Sent from my iPhone using Tapatalk


----------



## SHEPLMBR70 (Feb 25, 2016)

Michaelcookplum said:


> Didn't know moen had tub filler, it looks similar to brizo/delta. Does it have built in shut offs?
> 
> 
> Sent from my iPhone using Tapatalk


http://www.moen.com/weymouth/chrome-two-handle-tub-filler/_/R-CONSUMER:S22105


----------



## chonkie (Jul 31, 2014)

Plumbus said:


> Did you bid this or are you on the clock?
> Silver soldering is a lot of fun below grade, no?


I think this one is T&M. Was only supposed to be moving the tub drain a foot or so based on what the GC described. I get there to a complete master bath remodel. I've been tracking my hours and telling the boss.

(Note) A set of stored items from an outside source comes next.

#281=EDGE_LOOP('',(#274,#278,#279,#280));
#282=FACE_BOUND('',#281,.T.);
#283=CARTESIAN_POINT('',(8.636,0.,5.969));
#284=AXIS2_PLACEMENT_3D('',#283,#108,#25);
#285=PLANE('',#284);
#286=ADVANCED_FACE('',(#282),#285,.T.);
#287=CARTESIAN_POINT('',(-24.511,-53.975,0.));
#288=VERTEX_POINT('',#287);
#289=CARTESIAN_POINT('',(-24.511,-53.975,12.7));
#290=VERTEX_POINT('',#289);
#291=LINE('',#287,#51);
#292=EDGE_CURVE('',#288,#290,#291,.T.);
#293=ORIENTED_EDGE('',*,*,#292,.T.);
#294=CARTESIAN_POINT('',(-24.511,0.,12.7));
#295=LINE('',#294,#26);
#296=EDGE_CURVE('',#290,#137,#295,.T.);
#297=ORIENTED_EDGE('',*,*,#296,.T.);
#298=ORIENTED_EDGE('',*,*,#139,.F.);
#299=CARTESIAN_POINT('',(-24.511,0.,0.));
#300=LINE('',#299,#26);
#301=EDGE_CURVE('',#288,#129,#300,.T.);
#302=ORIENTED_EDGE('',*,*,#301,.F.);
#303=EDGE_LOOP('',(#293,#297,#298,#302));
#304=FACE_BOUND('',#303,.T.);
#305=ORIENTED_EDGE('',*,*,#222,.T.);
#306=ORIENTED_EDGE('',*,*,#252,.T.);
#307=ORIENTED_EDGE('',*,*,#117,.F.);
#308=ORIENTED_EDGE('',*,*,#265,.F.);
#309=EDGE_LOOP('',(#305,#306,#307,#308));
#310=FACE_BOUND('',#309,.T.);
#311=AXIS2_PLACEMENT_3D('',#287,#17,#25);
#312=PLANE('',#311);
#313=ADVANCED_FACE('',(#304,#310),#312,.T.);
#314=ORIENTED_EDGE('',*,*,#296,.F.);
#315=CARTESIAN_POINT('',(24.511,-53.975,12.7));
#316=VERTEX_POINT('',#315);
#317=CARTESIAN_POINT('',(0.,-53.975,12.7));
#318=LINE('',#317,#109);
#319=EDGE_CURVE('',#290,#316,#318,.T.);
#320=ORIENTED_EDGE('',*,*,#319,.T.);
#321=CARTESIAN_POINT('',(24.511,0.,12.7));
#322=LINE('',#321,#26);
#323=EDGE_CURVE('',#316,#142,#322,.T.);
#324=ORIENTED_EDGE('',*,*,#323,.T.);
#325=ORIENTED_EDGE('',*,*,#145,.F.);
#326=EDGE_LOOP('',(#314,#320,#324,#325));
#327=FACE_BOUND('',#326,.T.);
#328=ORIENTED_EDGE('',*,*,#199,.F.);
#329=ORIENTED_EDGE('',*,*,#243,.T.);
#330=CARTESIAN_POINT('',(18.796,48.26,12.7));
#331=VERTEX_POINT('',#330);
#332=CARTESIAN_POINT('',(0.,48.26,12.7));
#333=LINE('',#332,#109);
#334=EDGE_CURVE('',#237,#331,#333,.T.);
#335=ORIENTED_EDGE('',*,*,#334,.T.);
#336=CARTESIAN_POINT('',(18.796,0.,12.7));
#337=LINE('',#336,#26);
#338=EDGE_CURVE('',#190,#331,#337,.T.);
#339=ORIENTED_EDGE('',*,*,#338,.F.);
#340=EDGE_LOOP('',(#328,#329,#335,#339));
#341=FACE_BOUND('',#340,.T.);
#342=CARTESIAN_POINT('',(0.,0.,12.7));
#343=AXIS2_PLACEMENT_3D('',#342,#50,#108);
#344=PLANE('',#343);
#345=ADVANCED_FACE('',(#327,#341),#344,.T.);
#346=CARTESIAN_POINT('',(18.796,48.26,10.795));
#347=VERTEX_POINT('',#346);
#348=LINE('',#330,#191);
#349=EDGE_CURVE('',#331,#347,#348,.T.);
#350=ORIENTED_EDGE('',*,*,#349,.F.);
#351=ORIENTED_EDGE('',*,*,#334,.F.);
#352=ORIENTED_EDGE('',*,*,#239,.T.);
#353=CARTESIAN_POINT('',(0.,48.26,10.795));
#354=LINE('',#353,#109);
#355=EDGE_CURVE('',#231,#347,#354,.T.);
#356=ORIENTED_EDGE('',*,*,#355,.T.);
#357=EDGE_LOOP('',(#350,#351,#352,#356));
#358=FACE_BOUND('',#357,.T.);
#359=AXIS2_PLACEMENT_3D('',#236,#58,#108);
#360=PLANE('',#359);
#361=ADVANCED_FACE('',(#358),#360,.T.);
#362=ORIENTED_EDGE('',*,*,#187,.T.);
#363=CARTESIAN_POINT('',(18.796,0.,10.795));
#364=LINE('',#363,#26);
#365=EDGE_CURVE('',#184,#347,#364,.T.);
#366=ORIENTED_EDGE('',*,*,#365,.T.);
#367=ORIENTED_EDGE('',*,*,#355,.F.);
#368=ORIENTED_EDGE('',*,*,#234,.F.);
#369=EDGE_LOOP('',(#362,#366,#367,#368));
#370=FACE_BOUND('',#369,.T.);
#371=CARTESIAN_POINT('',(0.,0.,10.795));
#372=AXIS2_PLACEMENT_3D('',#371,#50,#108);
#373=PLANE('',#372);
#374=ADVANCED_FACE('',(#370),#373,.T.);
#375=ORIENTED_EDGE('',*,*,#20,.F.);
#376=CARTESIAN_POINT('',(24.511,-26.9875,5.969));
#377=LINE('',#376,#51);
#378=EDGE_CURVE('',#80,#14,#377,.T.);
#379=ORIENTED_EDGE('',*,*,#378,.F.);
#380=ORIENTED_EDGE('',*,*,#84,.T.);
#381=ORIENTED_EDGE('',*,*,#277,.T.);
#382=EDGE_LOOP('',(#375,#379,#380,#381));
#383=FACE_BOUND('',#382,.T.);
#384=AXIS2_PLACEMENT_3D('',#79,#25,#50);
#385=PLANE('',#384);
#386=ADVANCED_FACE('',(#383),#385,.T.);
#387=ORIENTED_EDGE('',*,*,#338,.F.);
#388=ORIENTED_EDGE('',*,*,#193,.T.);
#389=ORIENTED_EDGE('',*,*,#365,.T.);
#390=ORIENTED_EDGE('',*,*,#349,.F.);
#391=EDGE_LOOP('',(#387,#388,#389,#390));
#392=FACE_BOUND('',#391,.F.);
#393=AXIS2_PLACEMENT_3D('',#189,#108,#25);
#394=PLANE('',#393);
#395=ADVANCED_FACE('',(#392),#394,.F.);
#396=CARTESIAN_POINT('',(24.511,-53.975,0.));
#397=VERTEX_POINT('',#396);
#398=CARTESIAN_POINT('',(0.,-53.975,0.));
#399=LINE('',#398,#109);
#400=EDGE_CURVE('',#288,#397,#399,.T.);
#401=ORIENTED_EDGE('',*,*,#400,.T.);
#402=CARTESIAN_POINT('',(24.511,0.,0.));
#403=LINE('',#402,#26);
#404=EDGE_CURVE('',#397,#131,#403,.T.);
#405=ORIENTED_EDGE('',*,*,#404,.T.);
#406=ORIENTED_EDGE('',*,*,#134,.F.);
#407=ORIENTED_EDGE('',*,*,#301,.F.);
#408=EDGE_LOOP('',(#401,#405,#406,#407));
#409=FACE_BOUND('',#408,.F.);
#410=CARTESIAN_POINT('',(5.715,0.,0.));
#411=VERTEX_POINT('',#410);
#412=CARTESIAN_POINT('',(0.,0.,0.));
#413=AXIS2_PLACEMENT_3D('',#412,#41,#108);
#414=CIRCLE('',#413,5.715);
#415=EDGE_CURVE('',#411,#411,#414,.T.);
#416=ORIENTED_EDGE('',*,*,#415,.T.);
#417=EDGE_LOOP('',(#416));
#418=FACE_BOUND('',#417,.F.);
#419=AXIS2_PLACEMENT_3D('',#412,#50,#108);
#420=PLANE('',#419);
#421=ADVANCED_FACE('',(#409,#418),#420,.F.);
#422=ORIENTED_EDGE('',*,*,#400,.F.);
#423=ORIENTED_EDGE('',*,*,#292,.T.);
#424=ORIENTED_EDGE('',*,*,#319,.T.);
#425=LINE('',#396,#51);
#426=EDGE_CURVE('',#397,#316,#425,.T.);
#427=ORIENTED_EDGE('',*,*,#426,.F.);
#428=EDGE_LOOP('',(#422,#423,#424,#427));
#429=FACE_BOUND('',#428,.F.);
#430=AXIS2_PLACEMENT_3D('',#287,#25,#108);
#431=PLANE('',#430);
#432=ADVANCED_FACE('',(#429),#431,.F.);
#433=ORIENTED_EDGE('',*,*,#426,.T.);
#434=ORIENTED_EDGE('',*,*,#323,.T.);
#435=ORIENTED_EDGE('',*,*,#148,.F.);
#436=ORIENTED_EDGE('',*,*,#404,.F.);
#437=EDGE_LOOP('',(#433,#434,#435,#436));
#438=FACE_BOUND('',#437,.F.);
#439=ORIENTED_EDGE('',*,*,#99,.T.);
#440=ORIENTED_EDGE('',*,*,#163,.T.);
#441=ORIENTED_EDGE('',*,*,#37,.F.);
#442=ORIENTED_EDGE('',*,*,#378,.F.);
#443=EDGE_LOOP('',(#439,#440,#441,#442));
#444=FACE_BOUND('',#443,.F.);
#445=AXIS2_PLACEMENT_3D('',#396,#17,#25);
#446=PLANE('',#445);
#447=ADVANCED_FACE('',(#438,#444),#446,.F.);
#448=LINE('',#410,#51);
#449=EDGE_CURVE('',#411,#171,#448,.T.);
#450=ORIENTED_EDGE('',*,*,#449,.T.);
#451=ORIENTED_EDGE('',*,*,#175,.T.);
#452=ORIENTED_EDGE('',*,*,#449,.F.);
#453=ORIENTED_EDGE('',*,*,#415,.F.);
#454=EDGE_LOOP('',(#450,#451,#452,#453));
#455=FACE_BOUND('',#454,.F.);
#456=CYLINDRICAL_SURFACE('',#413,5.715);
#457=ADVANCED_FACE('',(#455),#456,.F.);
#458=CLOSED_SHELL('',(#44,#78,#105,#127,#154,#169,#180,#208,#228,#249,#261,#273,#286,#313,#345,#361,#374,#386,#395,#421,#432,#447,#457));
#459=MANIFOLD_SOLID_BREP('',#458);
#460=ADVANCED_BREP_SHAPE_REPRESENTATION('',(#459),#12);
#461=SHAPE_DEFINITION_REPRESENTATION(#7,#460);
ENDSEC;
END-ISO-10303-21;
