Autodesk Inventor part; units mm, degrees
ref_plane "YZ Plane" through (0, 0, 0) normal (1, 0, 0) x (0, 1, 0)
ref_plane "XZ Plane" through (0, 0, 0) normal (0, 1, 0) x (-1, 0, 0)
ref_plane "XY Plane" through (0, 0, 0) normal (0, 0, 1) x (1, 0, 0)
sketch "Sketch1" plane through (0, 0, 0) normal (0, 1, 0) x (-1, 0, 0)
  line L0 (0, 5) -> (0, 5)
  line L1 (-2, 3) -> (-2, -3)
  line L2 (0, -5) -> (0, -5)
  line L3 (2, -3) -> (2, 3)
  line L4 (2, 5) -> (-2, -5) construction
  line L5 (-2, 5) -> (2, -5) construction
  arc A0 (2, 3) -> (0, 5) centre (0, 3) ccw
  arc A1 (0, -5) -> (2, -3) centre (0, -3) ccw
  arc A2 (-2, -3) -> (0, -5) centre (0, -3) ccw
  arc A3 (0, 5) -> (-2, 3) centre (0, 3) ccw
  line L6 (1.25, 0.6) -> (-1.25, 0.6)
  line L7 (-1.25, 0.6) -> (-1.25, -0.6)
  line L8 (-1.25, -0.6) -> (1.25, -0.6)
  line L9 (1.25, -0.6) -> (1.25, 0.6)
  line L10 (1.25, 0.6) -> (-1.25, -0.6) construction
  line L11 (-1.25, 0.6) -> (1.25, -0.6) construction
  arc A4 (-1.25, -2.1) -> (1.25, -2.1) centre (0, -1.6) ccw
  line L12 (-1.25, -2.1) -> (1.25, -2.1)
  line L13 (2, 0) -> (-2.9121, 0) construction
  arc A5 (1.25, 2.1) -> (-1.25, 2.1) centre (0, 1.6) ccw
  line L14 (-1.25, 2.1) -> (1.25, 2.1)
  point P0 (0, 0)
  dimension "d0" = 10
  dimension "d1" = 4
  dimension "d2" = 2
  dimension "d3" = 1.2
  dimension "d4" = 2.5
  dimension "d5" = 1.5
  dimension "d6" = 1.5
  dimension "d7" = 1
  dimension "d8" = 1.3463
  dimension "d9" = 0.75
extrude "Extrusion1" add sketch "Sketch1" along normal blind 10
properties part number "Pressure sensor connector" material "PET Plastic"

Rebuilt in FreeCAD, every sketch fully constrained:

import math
import FreeCAD as App
import Part
import Sketcher

V = App.Vector


def add_polygon(sketch, points):
    """Adds a closed chain of lines whose ends are joined by coincident constraints."""
    first, n = sketch.GeometryCount, len(points)
    for a, b in zip(points, points[1:] + points[:1]):
        sketch.addGeometry(Part.LineSegment(App.Vector(*a, 0), App.Vector(*b, 0)), False)
    for i in range(n):
        sketch.addConstraint(Sketcher.Constraint("Coincident", first + i, 2, first + (i + 1) % n, 1))

doc = App.newDocument("Part")
body = doc.addObject("PartDesign::Body", "Body")

# Sketch on XZ plane
sketch1 = body.newObject("Sketcher::SketchObject", "Sketch")
sketch1.AttachmentSupport = (doc.getObject("XZ_Plane"), [""])
sketch1.MapMode = "FlatFace"
sketch1.addGeometry(Part.ArcOfCircle(Part.Circle(V(0, 3, 0), V(0, 0, 1), 2), math.radians(0), math.radians(180)), False)  # 0
sketch1.addGeometry(Part.LineSegment(V(2, 3, 0), V(2, -3, 0)), False)  # 1
sketch1.addGeometry(Part.ArcOfCircle(Part.Circle(V(0, -3, 0), V(0, 0, 1), 2), math.radians(180), math.radians(360)), False)  # 2
sketch1.addGeometry(Part.LineSegment(V(-2, -3, 0), V(-2, 3, 0)), False)  # 3
sketch1.addGeometry(Part.ArcOfCircle(Part.Circle(V(0, -1.6, 0), V(0, 0, 1), 1.346291), math.radians(-158.198591), math.radians(-21.801409)), False)  # 4
sketch1.addGeometry(Part.LineSegment(V(1.25, -2.1, 0), V(-1.25, -2.1, 0)), False)  # 5
add_polygon(sketch1, [(1.25, 0.6), (-1.25, 0.6), (-1.25, -0.6), (1.25, -0.6)])  # lines 6-9
sketch1.addGeometry(Part.ArcOfCircle(Part.Circle(V(0, 1.6, 0), V(0, 0, 1), 1.346291), math.radians(21.801409), math.radians(158.198591)), False)  # 10
sketch1.addGeometry(Part.LineSegment(V(-1.25, 2.1, 0), V(1.25, 2.1, 0)), False)  # 11
sketch1.addConstraint([
    Sketcher.Constraint("Tangent", 0, 1, 1, 1),
    Sketcher.Constraint("Tangent", 1, 2, 2, 2),
    Sketcher.Constraint("Tangent", 2, 1, 3, 1),
    Sketcher.Constraint("Tangent", 3, 2, 0, 2),
    Sketcher.Constraint("Coincident", 4, 1, 5, 2),
    Sketcher.Constraint("Coincident", 5, 1, 4, 2),
    Sketcher.Constraint("Coincident", 10, 1, 11, 2),
    Sketcher.Constraint("Coincident", 11, 1, 10, 2),
    Sketcher.Constraint("Vertical", 1),
    Sketcher.Constraint("Vertical", 3),
    Sketcher.Constraint("Horizontal", 5),
    Sketcher.Constraint("Horizontal", 6),
    Sketcher.Constraint("Vertical", 7),
    Sketcher.Constraint("Horizontal", 8),
    Sketcher.Constraint("Vertical", 9),
    Sketcher.Constraint("Horizontal", 11),
    Sketcher.Constraint("Equal", 4, 10),
    Sketcher.Constraint("Symmetric", 0, 3, 2, 3, -1, 1),
    Sketcher.Constraint("Symmetric", 4, 3, 10, 3, -1, 1),
    Sketcher.Constraint("Symmetric", 6, 2, 8, 2, -1, 1),
    Sketcher.Constraint("Symmetric", 5, 1, 10, 1, -1),
    Sketcher.Constraint("Vertical", 4, 1, 6, 2),
    Sketcher.Constraint("Radius", 0, 2.0),
    Sketcher.Constraint("DistanceX", 5, 2, 5, 1, 2.5),
    Sketcher.Constraint("DistanceY", 7, 2, 7, 1, 1.2),
    Sketcher.Constraint("DistanceY", 6, 2, 10, 3, 1.0),
    Sketcher.Constraint("Radius", 4, 1.3463),
    Sketcher.Constraint("DistanceY", 1, 2, 1, 1, 6.0),
])
pad1 = body.newObject("PartDesign::Pad", "Pad")
pad1.Profile = sketch1
pad1.Length = 10
pad1.Reversed = True

doc.recompute()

Oxy/acetylene makes short work of silver soldering.


----------



## chonkie (Jul 31, 2014)

Michaelcookplum said:


> Does it have built in shut offs?


Yes


----------



## chonkie (Jul 31, 2014)

SHEPLMBR70 said:


> http://www.moen.com/weymouth/chrome-two-handle-tub-filler/_/R-CONSUMER:S22105


Yep, exact one I'm installing.


----------



## The Plumber Man (Sep 27, 2015)

I like that string line. Never seen anyone do that...


----------



## GREENPLUM (Jul 27, 2008)

I hope you got paid well, looks like a Pain in the booty

Sent from my SM-G930V using Tapatalk


----------



## chonkie (Jul 31, 2014)

Pics of the rest of this remodel I did. Bunch of Moen p0rn for rj.


----------



## chonkie (Jul 31, 2014)

More pics


----------



## rjbphd (Feb 5, 2010)

chonkie said:


> More pics


That cross t legal in your area??? Where are the MOENTROL? ???


----------



## GREENPLUM (Jul 27, 2008)

I like the wall mounted Faucets, look good and install is a breeze .

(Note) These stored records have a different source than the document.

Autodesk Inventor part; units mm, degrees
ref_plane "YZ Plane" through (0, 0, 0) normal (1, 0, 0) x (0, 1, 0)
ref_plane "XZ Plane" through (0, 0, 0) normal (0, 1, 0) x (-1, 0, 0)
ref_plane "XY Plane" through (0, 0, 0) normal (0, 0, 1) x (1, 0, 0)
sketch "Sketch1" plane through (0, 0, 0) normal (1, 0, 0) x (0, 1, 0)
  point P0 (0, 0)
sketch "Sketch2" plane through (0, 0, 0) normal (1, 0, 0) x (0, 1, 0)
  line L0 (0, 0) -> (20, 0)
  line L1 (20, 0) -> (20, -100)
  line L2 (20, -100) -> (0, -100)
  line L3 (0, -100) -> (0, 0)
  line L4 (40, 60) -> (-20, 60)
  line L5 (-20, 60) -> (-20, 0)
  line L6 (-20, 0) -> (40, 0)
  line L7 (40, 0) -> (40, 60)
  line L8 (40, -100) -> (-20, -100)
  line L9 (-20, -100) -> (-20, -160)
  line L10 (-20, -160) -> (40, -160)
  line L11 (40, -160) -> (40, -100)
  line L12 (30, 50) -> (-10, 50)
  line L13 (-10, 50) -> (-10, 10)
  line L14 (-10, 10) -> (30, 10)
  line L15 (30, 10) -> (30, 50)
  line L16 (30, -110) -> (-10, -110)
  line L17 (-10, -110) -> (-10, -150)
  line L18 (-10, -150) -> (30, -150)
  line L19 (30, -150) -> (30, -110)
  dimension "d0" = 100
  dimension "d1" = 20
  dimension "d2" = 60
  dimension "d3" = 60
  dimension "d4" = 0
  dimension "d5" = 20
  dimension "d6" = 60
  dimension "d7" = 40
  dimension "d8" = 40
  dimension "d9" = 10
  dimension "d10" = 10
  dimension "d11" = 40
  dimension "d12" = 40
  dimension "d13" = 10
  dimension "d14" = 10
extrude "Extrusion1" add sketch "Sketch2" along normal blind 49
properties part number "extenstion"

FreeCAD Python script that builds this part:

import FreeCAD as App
import Part
import Sketcher
Q = App.Units.Quantity


def add_polygon(sketch, points):
    """Adds a closed chain of lines whose ends are joined by coincident constraints."""
    first, n = sketch.GeometryCount, len(points)
    for a, b in zip(points, points[1:] + points[:1]):
        sketch.addGeometry(Part.LineSegment(App.Vector(*a, 0), App.Vector(*b, 0)), False)
    for i in range(n):
        sketch.addConstraint(Sketcher.Constraint("Coincident", first + i, 2, first + (i + 1) % n, 1))

doc = App.newDocument("Part")
body = doc.addObject("PartDesign::Body", "Body")

# Sketch on YZ plane
sketch1 = body.newObject("Sketcher::SketchObject", "Sketch")
sketch1.AttachmentSupport = (doc.getObject("YZ_Plane"), [""])
sketch1.MapMode = "FlatFace"
add_polygon(sketch1, [(-20, 0), (0, 0), (0, -100), (-20, -100), (-20, -160), (40, -160), (40, -100), (20, -100), (20, 0), (40, 0), (40, 60), (-20, 60)])  # lines 0-11
add_polygon(sketch1, [(-10, 50), (30, 50), (30, 10), (-10, 10)])  # lines 12-15
add_polygon(sketch1, [(30, -110), (30, -150), (-10, -150), (-10, -110)])  # lines 16-19
sketch1.addConstraint(Sketcher.Constraint("Horizontal", 0))
sketch1.addConstraint(Sketcher.Constraint("Vertical", 1))
sketch1.addConstraint(Sketcher.Constraint("Horizontal", 2))
sketch1.addConstraint(Sketcher.Constraint("Vertical", 3))
sketch1.addConstraint(Sketcher.Constraint("Horizontal", 4))
sketch1.addConstraint(Sketcher.Constraint("Vertical", 5))
sketch1.addConstraint(Sketcher.Constraint("Horizontal", 6))
sketch1.addConstraint(Sketcher.Constraint("Vertical", 7))
sketch1.addConstraint(Sketcher.Constraint("Horizontal", 8))
sketch1.addConstraint(Sketcher.Constraint("Vertical", 9))
sketch1.addConstraint(Sketcher.Constraint("Horizontal", 10))
sketch1.addConstraint(Sketcher.Constraint("Vertical", 11))
sketch1.addConstraint(Sketcher.Constraint("Horizontal", 12))
sketch1.addConstraint(Sketcher.Constraint("Vertical", 13))
sketch1.addConstraint(Sketcher.Constraint("Horizontal", 14))
sketch1.addConstraint(Sketcher.Constraint("Vertical", 15))
sketch1.addConstraint(Sketcher.Constraint("Vertical", 16))
sketch1.addConstraint(Sketcher.Constraint("Horizontal", 17))
sketch1.addConstraint(Sketcher.Constraint("Vertical", 18))
sketch1.addConstraint(Sketcher.Constraint("Horizontal", 19))
sketch1.addConstraint(Sketcher.Constraint("Coincident", 0, 2, -1, 1))
sketch1.addConstraint(Sketcher.Constraint("Symmetric", 7, 2, 11, 2, -1, 1))
sketch1.addConstraint(Sketcher.Constraint("Symmetric", 2, 2, 6, 2, -2))
sketch1.addConstraint(Sketcher.Constraint("Vertical", 5, 2, 8, 2))
sketch1.addConstraint(Sketcher.Constraint("Vertical", 13, 2, 16, 2))
sketch1.addConstraint(Sketcher.Constraint("Vertical", 15, 2, 17, 2))
sketch1.addConstraint(Sketcher.Constraint("Equal", 2, 6))
sketch1.addConstraint(Sketcher.Constraint("Equal", 10, 3))
sketch1.addConstraint(Sketcher.Constraint("Equal", 5, 9))
sketch1.addConstraint(Sketcher.Constraint("Equal", 19, 13))
sketch1.addConstraint(Sketcher.Constraint("Equal", 15, 16))
sketch1.addConstraint(Sketcher.Constraint("DistanceX", 0, 1, 0, 2, Q("20 mm")))
sketch1.addConstraint(Sketcher.Constraint("DistanceX", 12, 1, 12, 2, Q("40 mm")))
sketch1.addConstraint(Sketcher.Constraint("DistanceY", 1, 2, 1, 1, Q("100 mm")))
sketch1.addConstraint(Sketcher.Constraint("DistanceY", -1, 1, 13, 2, Q("10 mm")))
sketch1.addConstraint(Sketcher.Constraint("DistanceX", 14, 2, -1, 1, Q("10 mm")))
sketch1.addConstraint(Sketcher.Constraint("DistanceY", 4, 2, 16, 2, Q("10 mm")))
pad1 = body.newObject("PartDesign::Pad", "Pad")
pad1.Profile = sketch1
pad1.Length = 49

doc.recompute()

I see that you don't have Shut-Off Valves. Could have put them in the cabinet. Here we hafta install Shut-Off Valves within 30" & same floor level

Sent from my SM-G930V using Tapatalk


----------



## Tommy plumber (Feb 19, 2010)

chonkie said:


> I think this one is T&M. Was only supposed to be moving the tub drain a foot or so based on what the GC described. I get there to a complete master bath remodel. I've been tracking my hours and telling the boss.
> 
> Oxy/acetylene makes short work of silver soldering.














GC probably said "OH it is easy, you're just moving the drain about a foot. Not a big deal."

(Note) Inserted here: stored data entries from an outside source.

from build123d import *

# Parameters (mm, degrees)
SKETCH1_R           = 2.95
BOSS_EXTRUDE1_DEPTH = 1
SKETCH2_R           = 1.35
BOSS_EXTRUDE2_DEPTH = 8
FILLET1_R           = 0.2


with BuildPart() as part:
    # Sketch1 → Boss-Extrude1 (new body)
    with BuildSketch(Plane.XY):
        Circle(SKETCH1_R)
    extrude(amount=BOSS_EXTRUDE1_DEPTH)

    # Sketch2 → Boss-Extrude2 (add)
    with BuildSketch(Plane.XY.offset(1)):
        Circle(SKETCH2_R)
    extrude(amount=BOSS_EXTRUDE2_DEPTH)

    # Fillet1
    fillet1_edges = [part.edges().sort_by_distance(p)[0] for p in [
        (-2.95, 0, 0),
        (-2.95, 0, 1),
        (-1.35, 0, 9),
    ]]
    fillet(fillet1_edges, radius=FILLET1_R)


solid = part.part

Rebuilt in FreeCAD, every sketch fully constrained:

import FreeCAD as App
import Part
import Sketcher
from FreeCAD import Vector
Q = App.Units.Quantity


def edges_at(feature, points):
    """Names of the edges that pass closest to the given points."""
    edges = feature.Shape.Edges
    near = lambda p: min(range(len(edges)), key=lambda i: edges[i].distToShape(Part.Vertex(*p))[0])
    return sorted({f"Edge{near(p) + 1}" for p in points})

doc = App.newDocument("Part")
params = doc.addObject("Spreadsheet::Sheet", "Params")
for row, (alias, value) in enumerate([
    ("sketch1_diameter", "5.9 mm"),
    ("pad1_length", "1 mm"),
    ("sketch2_diameter", "2.7 mm"),
    ("pad2_length", "8 mm"),
    ("fillet_radius", "0.2 mm"),
], start=1):
    params.set(f"A{row}", alias)
    params.set(f"B{row}", "=" + value)
    params.setAlias(f"B{row}", alias)

body = doc.addObject("PartDesign::Body", "Body")

# Sketch on XY plane
sketch1 = body.newObject("Sketcher::SketchObject", "Sketch")
sketch1.AttachmentSupport = (doc.getObject("XY_Plane"), [""])
sketch1.MapMode = "FlatFace"
sketch1.addGeometry(Part.Circle(Vector(0, 0, 0), Vector(0, 0, 1), 2.95), False)
sketch1.addConstraint([
    Sketcher.Constraint("Coincident", 0, 3, -1, 1),
    Sketcher.Constraint("Diameter", 0, Q("5.9 mm")),
])
sketch1.setExpression("Constraints[1]", "Params.sketch1_diameter")
pad1 = body.newObject("PartDesign::Pad", "Pad")
pad1.Profile = sketch1
pad1.setExpression("Length", "Params.pad1_length")

# Sketch on XY plane
sketch2 = body.newObject("Sketcher::SketchObject", "Sketch001")
sketch2.AttachmentSupport = (doc.getObject("XY_Plane"), [""])
sketch2.MapMode = "FlatFace"
sketch2.AttachmentOffset = App.Placement(Vector(0, 0, 1), App.Rotation())
sketch2.addGeometry(Part.Circle(Vector(0, 0, 0), Vector(0, 0, 1), 1.35), False)
sketch2.addConstraint([
    Sketcher.Constraint("Coincident", 0, 3, -1, 1),
    Sketcher.Constraint("Diameter", 0, Q("2.7 mm")),
])
sketch2.setExpression("Constraints[1]", "Params.sketch2_diameter")
pad2 = body.newObject("PartDesign::Pad", "Pad001")
pad2.Profile = sketch2
pad2.setExpression("Length", "Params.pad2_length")
doc.recompute()

fillet = body.newObject("PartDesign::Fillet", "Fillet")
fillet.Base = (pad2, edges_at(pad2, [(-2.95, 0, 0), (-2.95, 0, 1), (-1.35, 0, 9)]))
fillet.setExpression("Radius", "Params.fillet_radius")

doc.recompute()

That burns me up when people tell me how the work is so easy, that it shouldn't take me that long.


----------



## chonkie (Jul 31, 2014)

Yes, the fixture cross passes here.

Shut off valves not required. I agree they are a good idea to have.


----------



## rjbphd (Feb 5, 2010)

chonkie said:


> Yes, the fixture cross passes here.
> 
> Shut off valves not required. I agree they are a good idea to have.


And they get all hell bent over aav ..


----------



## Nathan901 (Feb 11, 2012)

Just think of the wall faucet as a shower valve. Those moen faucets wall are cake to install. I love them.


----------